Password-removing technology, known as “passkey,” was developed and proliferated over the past two years by a technology industry association known as the FIDO Alliance as an easier and more secure authentication alternative. It’s difficult to replace a technology as entrenched as passwords, but the new features and resources launching this week are pushing Password Key to a tipping point.
At the FIDO Alliance’s Authentication Conference in Carlsbad, California, on Monday, researchers announced two projects that will make it easier for organizations to provide passkeys and make them easier for everyone to use. One is a new technical specification called Credential Exchange Protocol (CXP) that allows cryptographic keys to be portable across digital ecosystems, a feature increasingly demanded by users. The other is a website like: Passkey Centraldevelopers and system administrators can find resources, such as metrics and implementation guides, to make it easier to add support for Passkey to existing digital platforms.
“To me, both announcements are part of a broader story of the industry working together to combat reliance on passwords,” Andrew Shikiar, CEO of the FIDO Alliance, told WIRED ahead of Monday’s announcement. “And when it comes to CXPs, there are all these fierce competitors willing to collaborate on credential exchanges.”

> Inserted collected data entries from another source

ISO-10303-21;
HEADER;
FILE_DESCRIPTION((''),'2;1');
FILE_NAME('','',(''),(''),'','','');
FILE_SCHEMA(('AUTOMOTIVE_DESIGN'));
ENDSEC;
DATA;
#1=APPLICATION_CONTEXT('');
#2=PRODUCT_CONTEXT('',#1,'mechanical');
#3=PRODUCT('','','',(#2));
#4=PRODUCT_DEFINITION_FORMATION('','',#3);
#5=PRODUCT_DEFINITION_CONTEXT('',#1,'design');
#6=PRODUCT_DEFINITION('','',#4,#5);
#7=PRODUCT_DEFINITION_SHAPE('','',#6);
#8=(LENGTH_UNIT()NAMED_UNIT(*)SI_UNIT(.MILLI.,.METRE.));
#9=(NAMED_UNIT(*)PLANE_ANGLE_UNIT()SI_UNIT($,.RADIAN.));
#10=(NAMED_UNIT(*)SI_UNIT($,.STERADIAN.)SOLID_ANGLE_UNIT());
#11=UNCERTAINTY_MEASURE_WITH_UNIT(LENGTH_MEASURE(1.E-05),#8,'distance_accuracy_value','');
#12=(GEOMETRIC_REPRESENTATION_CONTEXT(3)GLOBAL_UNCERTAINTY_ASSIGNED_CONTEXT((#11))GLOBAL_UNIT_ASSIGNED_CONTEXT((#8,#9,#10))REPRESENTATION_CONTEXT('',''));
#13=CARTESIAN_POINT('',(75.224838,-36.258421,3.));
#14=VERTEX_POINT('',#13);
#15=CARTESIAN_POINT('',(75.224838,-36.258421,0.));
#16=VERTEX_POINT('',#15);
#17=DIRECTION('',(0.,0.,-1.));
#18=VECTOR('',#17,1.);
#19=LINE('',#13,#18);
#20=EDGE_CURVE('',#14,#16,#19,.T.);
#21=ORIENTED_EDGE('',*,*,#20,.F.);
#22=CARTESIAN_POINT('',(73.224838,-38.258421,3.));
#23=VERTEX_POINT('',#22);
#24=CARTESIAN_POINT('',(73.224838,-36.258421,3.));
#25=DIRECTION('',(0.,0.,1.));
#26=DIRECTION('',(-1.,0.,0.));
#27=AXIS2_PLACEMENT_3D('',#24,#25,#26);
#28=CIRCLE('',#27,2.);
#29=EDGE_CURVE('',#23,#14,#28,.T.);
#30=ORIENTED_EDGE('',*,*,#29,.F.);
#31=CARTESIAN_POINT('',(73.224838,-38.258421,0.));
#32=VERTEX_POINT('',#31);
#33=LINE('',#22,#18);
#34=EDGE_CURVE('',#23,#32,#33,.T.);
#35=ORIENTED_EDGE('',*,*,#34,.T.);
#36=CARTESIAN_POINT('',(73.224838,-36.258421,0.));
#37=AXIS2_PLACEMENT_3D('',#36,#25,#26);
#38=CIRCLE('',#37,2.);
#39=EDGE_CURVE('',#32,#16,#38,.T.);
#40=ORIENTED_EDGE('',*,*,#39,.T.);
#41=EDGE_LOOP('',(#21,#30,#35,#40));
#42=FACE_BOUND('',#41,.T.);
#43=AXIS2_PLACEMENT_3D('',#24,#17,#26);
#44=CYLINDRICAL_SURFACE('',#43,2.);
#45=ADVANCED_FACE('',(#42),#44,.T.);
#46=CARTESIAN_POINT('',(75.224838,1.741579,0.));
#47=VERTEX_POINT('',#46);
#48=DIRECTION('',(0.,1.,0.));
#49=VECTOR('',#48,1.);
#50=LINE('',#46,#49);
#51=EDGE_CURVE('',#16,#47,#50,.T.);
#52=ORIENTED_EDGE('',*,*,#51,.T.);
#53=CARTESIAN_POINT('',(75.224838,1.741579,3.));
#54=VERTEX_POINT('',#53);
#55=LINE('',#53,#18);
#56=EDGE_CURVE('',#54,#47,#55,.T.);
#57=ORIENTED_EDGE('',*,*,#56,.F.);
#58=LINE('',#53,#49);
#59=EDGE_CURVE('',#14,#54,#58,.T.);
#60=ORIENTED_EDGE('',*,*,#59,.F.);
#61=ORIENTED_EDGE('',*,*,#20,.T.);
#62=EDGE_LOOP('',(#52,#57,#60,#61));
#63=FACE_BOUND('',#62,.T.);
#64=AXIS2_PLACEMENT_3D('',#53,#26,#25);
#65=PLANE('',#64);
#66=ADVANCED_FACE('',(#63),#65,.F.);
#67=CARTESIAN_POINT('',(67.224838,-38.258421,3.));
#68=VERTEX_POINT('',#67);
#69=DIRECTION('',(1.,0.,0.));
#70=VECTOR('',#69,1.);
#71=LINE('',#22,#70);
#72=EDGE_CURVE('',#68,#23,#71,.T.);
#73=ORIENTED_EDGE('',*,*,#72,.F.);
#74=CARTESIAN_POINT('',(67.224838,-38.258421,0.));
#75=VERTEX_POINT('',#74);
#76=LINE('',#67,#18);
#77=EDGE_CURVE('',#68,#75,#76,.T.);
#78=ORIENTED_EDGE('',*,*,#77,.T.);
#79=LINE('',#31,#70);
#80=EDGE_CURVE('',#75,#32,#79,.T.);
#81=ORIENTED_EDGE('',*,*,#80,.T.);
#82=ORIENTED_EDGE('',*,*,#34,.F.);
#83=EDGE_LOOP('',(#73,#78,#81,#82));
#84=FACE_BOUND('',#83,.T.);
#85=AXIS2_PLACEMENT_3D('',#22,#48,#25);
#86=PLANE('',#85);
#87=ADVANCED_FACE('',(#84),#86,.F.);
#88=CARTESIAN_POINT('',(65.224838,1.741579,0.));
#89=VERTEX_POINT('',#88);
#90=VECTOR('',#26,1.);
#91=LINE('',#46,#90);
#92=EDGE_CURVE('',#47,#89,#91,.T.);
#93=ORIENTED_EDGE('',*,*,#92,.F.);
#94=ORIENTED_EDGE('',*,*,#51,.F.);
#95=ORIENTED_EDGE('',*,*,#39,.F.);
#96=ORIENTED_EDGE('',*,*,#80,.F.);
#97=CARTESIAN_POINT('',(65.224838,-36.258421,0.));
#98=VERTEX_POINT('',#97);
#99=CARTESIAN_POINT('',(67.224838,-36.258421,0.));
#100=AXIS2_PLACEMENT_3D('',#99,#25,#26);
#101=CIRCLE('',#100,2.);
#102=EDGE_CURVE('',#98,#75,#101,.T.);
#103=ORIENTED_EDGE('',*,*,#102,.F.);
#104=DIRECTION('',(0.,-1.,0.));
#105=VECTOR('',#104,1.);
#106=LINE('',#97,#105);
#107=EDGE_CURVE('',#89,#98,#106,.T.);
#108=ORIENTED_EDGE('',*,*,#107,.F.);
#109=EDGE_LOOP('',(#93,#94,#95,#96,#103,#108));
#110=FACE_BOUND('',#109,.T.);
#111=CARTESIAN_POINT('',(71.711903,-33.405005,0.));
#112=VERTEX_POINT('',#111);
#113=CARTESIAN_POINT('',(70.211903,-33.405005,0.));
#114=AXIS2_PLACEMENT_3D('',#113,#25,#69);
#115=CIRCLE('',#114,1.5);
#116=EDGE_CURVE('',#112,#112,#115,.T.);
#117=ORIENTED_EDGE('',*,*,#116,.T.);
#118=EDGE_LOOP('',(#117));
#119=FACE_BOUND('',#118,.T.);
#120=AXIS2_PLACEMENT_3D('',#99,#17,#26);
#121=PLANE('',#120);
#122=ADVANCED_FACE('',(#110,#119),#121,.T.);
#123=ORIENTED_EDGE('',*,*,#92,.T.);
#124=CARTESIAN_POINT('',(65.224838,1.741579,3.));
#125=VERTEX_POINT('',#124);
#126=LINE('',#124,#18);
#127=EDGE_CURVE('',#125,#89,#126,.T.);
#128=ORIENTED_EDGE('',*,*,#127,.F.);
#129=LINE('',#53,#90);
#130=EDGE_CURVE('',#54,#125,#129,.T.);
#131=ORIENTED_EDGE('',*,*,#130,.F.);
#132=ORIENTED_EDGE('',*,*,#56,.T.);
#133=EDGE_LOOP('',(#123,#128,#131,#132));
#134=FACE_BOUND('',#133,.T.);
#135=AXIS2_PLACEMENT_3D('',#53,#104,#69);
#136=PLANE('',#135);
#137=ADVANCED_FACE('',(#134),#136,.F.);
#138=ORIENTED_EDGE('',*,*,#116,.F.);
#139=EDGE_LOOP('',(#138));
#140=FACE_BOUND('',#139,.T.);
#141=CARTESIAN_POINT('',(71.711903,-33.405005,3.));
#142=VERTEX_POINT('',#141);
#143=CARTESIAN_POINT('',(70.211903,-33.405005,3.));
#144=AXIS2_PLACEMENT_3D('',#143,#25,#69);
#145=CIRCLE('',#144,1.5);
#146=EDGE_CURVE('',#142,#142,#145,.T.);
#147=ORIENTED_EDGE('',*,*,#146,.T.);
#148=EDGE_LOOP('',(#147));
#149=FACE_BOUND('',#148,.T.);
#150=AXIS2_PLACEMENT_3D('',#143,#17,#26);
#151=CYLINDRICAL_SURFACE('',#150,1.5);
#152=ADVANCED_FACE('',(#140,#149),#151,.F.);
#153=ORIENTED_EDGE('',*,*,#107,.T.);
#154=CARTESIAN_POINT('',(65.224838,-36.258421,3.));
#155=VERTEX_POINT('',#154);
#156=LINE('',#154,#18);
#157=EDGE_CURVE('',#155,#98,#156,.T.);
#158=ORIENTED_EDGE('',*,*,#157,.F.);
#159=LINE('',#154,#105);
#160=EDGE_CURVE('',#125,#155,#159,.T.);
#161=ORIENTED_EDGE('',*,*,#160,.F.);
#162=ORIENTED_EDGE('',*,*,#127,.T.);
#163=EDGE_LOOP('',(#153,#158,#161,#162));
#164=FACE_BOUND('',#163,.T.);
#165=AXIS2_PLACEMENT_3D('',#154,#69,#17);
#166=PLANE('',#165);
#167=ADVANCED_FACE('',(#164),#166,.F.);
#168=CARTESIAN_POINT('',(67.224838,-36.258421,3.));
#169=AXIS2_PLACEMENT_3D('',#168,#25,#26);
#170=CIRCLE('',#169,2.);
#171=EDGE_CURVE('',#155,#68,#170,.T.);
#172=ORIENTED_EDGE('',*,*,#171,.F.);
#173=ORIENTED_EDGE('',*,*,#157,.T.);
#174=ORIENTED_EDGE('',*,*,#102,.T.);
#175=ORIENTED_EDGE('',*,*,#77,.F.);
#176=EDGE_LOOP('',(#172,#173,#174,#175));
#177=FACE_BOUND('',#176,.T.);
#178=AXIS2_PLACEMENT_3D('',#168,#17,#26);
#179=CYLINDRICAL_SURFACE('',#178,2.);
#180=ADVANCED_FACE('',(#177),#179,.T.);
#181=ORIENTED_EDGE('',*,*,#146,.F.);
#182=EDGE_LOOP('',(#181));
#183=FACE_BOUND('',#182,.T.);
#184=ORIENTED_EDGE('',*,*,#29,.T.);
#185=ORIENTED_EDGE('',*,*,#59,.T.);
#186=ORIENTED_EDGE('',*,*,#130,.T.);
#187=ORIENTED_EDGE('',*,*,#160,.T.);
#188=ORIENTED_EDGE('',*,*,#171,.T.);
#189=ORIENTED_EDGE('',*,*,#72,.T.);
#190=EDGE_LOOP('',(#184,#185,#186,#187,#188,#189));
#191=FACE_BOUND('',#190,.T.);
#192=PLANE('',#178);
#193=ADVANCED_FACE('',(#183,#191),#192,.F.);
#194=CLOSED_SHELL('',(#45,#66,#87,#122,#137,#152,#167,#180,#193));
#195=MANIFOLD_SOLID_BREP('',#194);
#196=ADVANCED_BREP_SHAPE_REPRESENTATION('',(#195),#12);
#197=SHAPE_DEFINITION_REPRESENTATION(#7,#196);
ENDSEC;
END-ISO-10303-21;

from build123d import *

# Parameters (mm, degrees)
SKETCH1_R           = 1.5
BOSS_EXTRUDE1_DEPTH = 3


with BuildPart() as part:
    # Sketch1 → Boss-Extrude1 (new body)
    with BuildSketch(Plane.XY):
        with BuildLine():
            Line((75.224838359, 1.741579383), (65.224838359, 1.741579383))
            Line((65.224838359, 1.741579383), (65.224838359, -36.258420617))
            ThreePointArc((65.224838359, -36.258420617), (65.810624797, -37.672634179), (67.224838359, -38.258420617))
            Line((67.224838359, -38.258420617), (73.224838359, -38.258420617))
            ThreePointArc((73.224838359, -38.258420617), (74.639051921, -37.672634179), (75.224838359, -36.258420617))
            Line((75.224838359, -36.258420617), (75.224838359, 1.741579383))
        make_face()
        with Locations((70.211902805, -33.405004849)):
            Circle(SKETCH1_R, mode=Mode.SUBTRACT)
    extrude(amount=BOSS_EXTRUDE1_DEPTH)


solid = part.part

CXP consists of a series of draft specifications developed by the FIDO Alliance’s “Credential Provider Special Interest Group”. While developing technical standards can often be a laborious, bureaucratic process, the creation of a CXP appears to be a positive and collaborative process. Researchers from password managers 1Password, Bitwarden, Dashlane, NordPass, and Enpass have all worked on CXP, as have researchers from identity providers Okta, Apple, Google, Microsoft, Samsung, and SK Telecom.

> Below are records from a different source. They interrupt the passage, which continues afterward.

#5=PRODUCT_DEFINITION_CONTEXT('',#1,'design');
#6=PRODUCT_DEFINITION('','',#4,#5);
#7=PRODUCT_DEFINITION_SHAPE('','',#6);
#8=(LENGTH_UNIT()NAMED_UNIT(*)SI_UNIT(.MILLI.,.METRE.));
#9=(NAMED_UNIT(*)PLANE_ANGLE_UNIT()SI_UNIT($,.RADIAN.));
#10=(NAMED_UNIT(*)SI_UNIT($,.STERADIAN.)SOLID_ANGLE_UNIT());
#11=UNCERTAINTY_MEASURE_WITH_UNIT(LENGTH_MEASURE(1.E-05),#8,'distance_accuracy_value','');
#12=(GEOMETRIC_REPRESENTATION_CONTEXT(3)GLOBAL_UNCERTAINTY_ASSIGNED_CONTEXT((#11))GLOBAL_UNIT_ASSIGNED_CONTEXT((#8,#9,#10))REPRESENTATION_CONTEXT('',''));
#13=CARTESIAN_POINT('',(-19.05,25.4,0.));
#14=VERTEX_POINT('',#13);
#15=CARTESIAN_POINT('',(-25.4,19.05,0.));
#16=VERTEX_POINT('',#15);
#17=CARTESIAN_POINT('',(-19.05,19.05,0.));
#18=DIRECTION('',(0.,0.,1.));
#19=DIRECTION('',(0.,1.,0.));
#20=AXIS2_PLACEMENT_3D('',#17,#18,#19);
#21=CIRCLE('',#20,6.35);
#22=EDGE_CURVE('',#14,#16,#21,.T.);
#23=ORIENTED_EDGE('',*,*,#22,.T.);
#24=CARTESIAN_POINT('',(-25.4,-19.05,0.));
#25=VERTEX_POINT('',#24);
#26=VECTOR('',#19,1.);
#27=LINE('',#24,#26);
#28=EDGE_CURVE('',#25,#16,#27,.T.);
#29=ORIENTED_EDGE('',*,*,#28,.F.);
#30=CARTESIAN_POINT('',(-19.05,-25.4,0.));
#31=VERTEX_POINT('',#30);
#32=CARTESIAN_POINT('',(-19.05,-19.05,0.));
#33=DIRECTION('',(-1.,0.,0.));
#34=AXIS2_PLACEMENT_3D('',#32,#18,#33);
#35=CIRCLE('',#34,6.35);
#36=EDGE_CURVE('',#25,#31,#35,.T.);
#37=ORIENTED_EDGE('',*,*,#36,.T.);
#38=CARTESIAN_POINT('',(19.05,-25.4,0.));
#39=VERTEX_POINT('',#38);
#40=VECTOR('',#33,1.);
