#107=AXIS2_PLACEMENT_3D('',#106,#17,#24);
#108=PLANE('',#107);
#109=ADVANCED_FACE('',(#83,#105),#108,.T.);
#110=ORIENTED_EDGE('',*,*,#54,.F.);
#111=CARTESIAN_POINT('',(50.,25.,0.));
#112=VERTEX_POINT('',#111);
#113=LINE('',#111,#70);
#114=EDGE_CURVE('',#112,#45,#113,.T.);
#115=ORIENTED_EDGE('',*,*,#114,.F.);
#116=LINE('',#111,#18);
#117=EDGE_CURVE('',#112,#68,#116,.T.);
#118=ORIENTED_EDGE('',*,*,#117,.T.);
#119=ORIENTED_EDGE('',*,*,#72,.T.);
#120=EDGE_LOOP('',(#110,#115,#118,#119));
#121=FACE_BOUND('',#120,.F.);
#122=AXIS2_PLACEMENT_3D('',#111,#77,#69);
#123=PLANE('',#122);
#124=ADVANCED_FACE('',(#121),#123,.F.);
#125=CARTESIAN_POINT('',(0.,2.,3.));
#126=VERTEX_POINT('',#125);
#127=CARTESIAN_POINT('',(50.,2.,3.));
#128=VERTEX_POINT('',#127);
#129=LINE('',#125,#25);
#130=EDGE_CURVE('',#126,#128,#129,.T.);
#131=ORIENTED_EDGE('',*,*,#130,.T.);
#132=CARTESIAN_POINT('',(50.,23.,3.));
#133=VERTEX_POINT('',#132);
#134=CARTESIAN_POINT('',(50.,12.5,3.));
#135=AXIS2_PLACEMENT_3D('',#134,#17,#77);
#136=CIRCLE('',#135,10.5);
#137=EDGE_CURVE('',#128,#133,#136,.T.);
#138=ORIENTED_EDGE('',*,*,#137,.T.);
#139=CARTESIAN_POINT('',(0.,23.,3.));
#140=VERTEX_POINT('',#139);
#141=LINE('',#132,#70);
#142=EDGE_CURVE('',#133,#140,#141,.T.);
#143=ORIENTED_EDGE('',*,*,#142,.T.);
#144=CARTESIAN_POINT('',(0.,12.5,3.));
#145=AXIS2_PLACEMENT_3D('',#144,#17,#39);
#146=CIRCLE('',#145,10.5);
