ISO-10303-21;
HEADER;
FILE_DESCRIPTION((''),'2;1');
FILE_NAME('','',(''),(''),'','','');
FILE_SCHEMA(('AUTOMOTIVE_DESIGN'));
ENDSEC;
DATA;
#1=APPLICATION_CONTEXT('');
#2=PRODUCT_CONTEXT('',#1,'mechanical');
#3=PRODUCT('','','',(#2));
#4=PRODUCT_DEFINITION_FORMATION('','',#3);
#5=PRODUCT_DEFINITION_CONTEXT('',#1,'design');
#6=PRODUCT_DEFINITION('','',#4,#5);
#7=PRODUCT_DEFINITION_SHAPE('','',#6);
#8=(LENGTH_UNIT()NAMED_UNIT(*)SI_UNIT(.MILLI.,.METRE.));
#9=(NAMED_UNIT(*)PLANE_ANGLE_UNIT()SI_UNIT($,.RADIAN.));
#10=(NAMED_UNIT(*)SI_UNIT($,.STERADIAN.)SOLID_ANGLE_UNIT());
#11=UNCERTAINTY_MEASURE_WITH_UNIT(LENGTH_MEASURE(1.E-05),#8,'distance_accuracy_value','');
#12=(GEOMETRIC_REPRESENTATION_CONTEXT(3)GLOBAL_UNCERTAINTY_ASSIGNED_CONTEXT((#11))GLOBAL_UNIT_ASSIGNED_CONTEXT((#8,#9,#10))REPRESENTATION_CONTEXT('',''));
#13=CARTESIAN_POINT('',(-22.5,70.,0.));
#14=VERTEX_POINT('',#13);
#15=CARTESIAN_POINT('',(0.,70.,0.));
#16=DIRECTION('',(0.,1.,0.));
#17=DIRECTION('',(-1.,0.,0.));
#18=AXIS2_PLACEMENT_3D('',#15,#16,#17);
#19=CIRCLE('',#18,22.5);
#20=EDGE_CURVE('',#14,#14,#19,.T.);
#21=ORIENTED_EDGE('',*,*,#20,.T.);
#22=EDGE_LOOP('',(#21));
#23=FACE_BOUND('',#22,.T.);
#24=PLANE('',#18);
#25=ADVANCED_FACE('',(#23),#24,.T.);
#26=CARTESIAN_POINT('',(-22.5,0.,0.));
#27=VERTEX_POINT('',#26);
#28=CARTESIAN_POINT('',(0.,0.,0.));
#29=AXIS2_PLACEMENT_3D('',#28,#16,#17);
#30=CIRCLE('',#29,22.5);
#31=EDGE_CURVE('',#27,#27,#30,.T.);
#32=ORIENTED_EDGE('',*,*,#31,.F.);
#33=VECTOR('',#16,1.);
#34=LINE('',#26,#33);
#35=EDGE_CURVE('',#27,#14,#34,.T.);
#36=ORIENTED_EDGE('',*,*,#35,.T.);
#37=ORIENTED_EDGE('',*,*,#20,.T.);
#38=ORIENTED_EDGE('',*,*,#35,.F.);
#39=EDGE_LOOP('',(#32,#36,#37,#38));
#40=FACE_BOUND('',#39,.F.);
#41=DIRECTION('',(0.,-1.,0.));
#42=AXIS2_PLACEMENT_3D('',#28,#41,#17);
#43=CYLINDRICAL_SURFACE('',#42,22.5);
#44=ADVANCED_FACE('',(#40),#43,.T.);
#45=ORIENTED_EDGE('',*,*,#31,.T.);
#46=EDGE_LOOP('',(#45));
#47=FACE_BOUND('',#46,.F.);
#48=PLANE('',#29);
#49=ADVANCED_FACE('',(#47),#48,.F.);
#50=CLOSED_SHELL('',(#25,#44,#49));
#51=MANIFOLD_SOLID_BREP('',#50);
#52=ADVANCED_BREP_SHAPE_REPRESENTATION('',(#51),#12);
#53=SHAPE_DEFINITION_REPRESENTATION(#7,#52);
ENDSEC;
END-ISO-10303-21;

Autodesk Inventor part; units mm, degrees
ref_plane "YZ Plane" through (0, 0, 0) normal (1, 0, 0) x (0, 1, 0)
ref_plane "XZ Plane" through (0, 0, 0) normal (0, 1, 0) x (-1, 0, 0)
ref_plane "XY Plane" through (0, 0, 0) normal (0, 0, 1) x (1, 0, 0)
sketch "Sketch1" plane through (0, 0, 0) normal (0, 1, 0) x (-1, 0, 0)
  circle A0 centre (0, 0) radius 22.5
  dimension "d0" = 45
extrude "Extrusion1" add sketch "Sketch1" along normal blind 70
properties part number "part_test"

Specifications are important for several reasons. CXP was created for cryptographic keys and is intended to address long-standing criticism that cryptographic keys can contribute to user lockout by making it incredibly difficult to move them between operating system vendors and device types. But in many ways, this problem already exists with passwords. The export function, which allows you to move all passwords from one administrator to another, is often dangerous and essentially dumps a list of all passwords into a plain text file.
A single password manager has made it easier than ever to synchronize password keys across multiple devices, but CXP aims to standardize the technological process for securely transferring passwords across platforms so that users can freely and safely roam their digital environments. The important thing is that although CXP was designed with cryptographic keys in mind, it is actually a specification that can be adapted to securely exchange other secrets as well, including passwords or other types of data.